Köttbullar, die kleinen schwedischen Fleischklöpse, sind nicht jedermanns Sache. Vor zehn Jahren hatte sie der Abenteuersportler Mikael Lindnord über den Atlantik bis in den Dschungel Ecuadors mitgeschleppt. Als sein Team, mit dem er an den Weltmeisterschaften im Adventure Racing teilnahm, erschöpft im Schlamm verschnaufte, bot Mikael die Fleischklößchen an, um die gedrückte Stimmung etwas zu heben. Doch keiner wollte. Alle schüttelten nur müde den Kopf. Ein struppiger Hund, der praktisch aus dem Nichts aufgetaucht war, erschnupperte sofort seine große Chance.
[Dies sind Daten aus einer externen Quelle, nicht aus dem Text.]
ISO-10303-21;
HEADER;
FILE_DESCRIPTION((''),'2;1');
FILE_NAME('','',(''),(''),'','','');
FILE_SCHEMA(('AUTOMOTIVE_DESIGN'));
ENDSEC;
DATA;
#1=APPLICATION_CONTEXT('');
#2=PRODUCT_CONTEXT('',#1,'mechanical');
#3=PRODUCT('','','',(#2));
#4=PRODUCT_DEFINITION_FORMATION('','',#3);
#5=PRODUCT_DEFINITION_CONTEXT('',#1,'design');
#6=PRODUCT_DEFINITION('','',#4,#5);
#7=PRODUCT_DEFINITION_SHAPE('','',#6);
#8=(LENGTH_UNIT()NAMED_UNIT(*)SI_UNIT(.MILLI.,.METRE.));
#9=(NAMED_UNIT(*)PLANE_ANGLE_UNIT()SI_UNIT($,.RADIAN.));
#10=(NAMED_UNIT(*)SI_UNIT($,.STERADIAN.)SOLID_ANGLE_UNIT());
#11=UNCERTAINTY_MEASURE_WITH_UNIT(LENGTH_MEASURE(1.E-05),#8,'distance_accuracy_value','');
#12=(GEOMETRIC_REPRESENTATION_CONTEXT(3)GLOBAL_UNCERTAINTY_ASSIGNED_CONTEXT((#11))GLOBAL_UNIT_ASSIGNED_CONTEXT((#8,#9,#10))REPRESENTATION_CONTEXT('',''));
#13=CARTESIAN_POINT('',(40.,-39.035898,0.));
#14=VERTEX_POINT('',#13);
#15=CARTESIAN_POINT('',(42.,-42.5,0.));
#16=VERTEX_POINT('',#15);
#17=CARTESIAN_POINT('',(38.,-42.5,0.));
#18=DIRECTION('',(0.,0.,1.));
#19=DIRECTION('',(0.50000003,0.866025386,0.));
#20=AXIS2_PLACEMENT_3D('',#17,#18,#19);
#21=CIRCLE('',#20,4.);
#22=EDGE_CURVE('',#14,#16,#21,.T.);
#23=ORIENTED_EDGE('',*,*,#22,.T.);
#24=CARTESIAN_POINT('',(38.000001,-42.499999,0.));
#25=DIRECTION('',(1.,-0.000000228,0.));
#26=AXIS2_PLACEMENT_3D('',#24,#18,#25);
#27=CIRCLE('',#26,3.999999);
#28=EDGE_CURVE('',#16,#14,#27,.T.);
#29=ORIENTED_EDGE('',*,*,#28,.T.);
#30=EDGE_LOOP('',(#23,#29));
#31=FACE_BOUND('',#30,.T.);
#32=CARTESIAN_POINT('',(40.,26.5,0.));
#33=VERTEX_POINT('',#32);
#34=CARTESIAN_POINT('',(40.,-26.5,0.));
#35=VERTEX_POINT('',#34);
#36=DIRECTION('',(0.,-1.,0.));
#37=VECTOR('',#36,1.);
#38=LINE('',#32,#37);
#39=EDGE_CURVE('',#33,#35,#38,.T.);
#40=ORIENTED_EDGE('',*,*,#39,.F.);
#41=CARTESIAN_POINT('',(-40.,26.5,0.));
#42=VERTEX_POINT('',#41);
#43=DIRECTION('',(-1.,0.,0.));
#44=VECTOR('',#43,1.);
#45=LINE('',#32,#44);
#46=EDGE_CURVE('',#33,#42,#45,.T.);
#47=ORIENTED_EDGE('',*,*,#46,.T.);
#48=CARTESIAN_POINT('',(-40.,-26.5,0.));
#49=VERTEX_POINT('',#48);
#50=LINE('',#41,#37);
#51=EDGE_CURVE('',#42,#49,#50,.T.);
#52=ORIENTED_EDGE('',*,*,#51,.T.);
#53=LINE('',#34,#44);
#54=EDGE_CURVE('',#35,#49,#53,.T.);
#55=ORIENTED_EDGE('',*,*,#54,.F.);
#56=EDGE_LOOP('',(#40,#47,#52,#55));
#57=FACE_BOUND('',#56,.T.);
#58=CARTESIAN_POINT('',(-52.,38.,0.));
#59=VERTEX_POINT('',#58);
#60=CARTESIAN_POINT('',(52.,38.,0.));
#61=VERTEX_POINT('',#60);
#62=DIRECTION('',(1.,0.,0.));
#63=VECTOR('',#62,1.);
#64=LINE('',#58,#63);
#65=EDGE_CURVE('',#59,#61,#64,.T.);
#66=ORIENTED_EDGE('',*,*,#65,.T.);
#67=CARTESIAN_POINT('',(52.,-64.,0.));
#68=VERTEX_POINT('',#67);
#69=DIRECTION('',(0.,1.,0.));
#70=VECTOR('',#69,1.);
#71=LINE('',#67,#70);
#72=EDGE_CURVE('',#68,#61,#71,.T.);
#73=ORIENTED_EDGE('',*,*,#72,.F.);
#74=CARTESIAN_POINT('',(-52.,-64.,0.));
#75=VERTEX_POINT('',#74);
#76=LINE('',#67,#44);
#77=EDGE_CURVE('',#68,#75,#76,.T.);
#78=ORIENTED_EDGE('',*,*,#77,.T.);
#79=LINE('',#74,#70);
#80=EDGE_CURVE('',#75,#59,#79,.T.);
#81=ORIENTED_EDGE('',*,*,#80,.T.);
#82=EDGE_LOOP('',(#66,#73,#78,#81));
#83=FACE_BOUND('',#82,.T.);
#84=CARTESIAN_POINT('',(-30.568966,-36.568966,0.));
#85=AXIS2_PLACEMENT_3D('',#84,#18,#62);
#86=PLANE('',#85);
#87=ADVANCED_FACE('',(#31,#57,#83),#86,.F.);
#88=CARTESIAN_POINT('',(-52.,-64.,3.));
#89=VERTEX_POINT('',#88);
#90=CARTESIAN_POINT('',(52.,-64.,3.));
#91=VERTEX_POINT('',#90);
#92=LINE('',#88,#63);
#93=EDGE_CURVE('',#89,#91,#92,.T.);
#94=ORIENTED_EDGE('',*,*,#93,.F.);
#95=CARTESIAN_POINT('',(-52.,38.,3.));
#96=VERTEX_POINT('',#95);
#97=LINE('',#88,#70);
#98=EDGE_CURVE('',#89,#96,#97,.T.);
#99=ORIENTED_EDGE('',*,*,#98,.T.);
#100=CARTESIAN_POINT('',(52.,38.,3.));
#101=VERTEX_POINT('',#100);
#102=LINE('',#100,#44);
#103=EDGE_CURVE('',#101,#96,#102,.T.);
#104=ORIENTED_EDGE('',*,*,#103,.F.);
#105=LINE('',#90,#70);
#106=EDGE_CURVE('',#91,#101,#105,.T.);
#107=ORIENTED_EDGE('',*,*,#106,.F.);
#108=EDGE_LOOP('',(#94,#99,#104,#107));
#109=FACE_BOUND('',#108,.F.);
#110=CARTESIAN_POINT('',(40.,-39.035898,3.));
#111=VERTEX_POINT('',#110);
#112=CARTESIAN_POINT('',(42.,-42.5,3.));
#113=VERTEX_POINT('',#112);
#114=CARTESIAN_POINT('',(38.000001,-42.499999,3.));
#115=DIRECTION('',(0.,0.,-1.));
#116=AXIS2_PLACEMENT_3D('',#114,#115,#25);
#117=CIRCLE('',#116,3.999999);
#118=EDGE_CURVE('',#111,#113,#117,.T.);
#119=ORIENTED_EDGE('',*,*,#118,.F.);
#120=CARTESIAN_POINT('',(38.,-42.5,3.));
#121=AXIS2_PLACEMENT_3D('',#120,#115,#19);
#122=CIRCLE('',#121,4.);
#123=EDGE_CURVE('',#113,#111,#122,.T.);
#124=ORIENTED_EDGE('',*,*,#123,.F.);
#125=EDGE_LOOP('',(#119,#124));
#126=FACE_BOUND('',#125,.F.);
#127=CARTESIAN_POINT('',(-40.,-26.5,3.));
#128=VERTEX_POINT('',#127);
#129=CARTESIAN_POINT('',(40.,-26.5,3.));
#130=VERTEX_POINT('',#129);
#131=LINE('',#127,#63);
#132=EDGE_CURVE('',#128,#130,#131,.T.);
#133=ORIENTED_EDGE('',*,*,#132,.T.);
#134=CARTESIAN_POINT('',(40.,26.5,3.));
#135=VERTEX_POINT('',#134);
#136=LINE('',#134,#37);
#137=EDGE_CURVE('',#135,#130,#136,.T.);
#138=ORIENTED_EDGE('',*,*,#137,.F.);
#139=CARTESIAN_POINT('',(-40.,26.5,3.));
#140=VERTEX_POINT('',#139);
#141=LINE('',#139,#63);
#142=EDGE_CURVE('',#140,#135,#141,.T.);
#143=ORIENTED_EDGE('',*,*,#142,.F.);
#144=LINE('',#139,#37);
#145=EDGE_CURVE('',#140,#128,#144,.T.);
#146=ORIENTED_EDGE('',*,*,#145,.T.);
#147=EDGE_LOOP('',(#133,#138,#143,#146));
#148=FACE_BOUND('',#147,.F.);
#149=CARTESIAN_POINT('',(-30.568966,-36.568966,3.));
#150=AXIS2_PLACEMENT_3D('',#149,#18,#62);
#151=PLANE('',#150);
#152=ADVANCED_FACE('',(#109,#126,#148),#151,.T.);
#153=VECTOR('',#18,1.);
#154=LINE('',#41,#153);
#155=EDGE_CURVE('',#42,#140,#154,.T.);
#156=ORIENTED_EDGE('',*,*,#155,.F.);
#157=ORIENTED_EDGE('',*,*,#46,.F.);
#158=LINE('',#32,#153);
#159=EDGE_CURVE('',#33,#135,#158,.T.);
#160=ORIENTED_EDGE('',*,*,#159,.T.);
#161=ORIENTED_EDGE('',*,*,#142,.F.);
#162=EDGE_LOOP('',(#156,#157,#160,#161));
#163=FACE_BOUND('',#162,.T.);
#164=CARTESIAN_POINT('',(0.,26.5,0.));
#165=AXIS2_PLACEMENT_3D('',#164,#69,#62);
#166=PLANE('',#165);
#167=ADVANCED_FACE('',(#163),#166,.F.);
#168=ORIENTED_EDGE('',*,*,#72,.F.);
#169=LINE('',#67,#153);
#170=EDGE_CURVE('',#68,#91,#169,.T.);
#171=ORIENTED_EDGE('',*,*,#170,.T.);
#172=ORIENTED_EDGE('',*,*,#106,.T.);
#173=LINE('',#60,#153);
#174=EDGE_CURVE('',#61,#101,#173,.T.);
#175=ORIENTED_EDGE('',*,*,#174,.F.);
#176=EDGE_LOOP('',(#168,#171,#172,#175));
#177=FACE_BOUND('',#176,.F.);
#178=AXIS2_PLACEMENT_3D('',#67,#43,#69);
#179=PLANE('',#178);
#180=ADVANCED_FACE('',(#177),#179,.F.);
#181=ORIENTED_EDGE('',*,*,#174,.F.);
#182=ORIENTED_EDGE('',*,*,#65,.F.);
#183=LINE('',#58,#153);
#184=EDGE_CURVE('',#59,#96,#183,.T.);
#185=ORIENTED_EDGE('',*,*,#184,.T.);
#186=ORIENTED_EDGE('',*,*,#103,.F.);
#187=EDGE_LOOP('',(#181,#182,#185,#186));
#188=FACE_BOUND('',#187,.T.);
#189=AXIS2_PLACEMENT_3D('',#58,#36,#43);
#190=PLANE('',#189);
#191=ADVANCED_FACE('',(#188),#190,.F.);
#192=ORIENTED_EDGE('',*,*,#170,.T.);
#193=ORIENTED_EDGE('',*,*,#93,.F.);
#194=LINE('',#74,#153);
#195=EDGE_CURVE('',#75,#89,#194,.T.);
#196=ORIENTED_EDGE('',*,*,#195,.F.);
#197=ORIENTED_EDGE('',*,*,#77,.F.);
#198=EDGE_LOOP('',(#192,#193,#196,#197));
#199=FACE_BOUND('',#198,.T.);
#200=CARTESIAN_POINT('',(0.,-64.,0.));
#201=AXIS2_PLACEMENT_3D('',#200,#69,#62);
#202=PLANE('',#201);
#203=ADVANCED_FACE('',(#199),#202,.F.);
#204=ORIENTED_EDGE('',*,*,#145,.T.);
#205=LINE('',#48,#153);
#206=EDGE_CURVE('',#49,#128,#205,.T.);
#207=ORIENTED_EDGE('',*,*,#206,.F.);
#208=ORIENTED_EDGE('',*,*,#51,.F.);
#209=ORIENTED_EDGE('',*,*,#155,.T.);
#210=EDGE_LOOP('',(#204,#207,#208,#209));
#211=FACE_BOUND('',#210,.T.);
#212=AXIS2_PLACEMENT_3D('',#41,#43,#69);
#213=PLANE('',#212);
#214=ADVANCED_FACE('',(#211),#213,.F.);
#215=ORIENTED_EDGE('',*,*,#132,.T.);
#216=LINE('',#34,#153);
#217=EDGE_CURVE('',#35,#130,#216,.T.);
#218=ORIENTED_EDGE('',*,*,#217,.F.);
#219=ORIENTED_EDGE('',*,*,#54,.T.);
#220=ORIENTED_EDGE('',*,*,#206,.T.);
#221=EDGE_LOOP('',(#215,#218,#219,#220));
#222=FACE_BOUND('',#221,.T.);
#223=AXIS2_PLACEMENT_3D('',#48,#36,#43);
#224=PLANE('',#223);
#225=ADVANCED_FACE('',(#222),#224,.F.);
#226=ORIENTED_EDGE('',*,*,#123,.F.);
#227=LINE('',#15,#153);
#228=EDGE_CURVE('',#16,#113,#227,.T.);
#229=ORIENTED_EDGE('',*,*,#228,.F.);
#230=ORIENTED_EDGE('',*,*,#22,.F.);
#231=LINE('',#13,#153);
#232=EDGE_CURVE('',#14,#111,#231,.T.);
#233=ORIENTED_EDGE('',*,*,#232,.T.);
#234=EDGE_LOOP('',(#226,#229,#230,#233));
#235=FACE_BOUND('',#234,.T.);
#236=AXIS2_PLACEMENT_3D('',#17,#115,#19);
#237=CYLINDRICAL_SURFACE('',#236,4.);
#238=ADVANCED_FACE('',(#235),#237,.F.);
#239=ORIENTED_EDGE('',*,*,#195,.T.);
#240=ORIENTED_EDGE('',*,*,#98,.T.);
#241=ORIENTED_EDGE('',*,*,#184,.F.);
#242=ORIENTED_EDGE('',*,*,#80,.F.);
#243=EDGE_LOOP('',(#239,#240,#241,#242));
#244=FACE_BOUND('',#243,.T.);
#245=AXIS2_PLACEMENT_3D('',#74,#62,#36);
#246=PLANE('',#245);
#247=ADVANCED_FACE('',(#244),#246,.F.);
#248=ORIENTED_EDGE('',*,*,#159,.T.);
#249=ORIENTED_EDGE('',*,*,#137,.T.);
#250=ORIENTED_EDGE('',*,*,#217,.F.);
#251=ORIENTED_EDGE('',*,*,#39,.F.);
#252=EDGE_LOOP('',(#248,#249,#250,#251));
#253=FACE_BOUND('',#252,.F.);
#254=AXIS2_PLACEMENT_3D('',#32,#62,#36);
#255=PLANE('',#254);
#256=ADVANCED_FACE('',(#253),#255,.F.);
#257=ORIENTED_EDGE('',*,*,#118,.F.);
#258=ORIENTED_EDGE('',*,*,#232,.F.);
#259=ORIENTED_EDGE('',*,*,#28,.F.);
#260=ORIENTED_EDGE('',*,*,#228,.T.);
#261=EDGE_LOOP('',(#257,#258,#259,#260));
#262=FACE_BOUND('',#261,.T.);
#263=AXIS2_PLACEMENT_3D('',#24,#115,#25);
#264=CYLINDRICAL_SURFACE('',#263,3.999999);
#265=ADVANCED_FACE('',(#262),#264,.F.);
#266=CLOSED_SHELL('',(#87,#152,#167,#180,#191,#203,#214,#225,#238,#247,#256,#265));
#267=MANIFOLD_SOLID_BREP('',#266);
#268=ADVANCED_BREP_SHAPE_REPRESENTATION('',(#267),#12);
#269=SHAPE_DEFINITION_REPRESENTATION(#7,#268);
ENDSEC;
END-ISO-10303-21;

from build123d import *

# Parameters (mm, degrees)
F1_DEPTH = 3
F4_DEPTH = 25


with BuildPart() as f1:
    # F0 (on Top) → F1 (new body)
    with BuildSketch(Plane.XY):
        Polygon((40, 0), (40, -26.5), (0, -26.5), (0, -64), (52, -64), (52, 0), align=None)
        Polygon((40, 26.5), (40, 0), (52, 0), (52, 38), (0, 38), (0, 26.5), align=None)
    extrude(amount=F1_DEPTH)

    # F2: F1 across plane


with BuildPart() as f1_1:
    add(f1.part)
    add(f1.part.mirror(Plane.YZ))


with BuildPart() as f4:
    # F3 (on Top) → F4 (new body)
    with BuildSketch(Plane.XY):
        with BuildLine():
            ThreePointArc((40, -39.035898), (34.535898, -44.5), (42, -42.5))
            ThreePointArc((42, -42.5), (41.464102, -40.5), (40, -39.035898))
        make_face()
    extrude(amount=F4_DEPTH)


with BuildPart() as f1_2:
    add(f1_1.part)

    # F5: cut F4
    add(f4.part, mode=Mode.SUBTRACT)


solid = f1_2.part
Ob ihm die Dinger wirklich geschmeckt haben, ist Nebensache. (Ich weiß auch nicht, ob er ein Anstandsbällchen übrig ließ, mit dem man in Schweden der gastgebenden Hausfrau zu zeigen pflegt, dass sie nicht zu wenig aufgetischt hat.) Fest steht, dass der Hund dem vierköpfigen Team danach nicht mehr von der Seite wich und trotz der Blessuren aus seinem Streunerleben wieder zu Kräften kam und dass ihm nach einem ziemlichen Papierkrieg die Ausreise genehmigt wurde, so dass er noch viele glückliche Jahre als Familienhund in Schweden verbringen konnte, wo er im Jahr 2020 mit rund 80 Hundejahren starb.

»Arthur der Große«, der von Lindnords Buch »Arthur« inspirierte Film von Simon Cellan Jones, spielt ebenfalls in der Adventure-Racing-Szene. Michael (Mark Wahlberg) zählt schon lange zu den Besten. Zu lange. Er ist jetzt Mitte 30. Und noch nie hat er die Weltmeisterschaft gewonnen. Auch bei dem gegenwärtigen Championat läuft es nach dem bekannten Muster: Im entscheidenden Moment steht er sich selbst im Weg, lässt nur seine Meinung gelten und steckt am Ende mit seiner Crew fest. Dieses Mal im Morast. Das modrige Desaster macht ziemlich schnell die Runde: Wer den Schaden hat, braucht für die Bilder im Netz nicht zu sorgen.

Auch der Hund, zu Beginn des Films noch einer von Tausenden Streunern in Santo Domingo, muss zunächst reichlich Lehrgeld zahlen. Er ist noch weit davon entfernt, Arthur der Große zu sein, allein deshalb, weil niemand da ist, der ihm einen Namen geben könnte. Ich würde ihn ja Cujo nennen. Wie dem später tollwütigen Bernhardiner in Steven Kings Horrorroman wird dem vierbeinigen Helden in »Arthur der Große« seine Unvorsichtigkeit zum Verhängnis. Cujo bekam den kräftigen Biss eines tollwütigen Hoppels in die Nase, als er sich an einem Kaninchenbau zu schaffen machte, und unser späterer Arthur inspiziert ausgiebig die bereits verpackten Abfälle einer Schnellimbissküche, ohne zu merken, dass sich der Koch von hinten angeschlichen hat. Seit dem Tag lahmt er. Er ist jedoch nicht der einzige mit diesem Handicap in Michaels Team.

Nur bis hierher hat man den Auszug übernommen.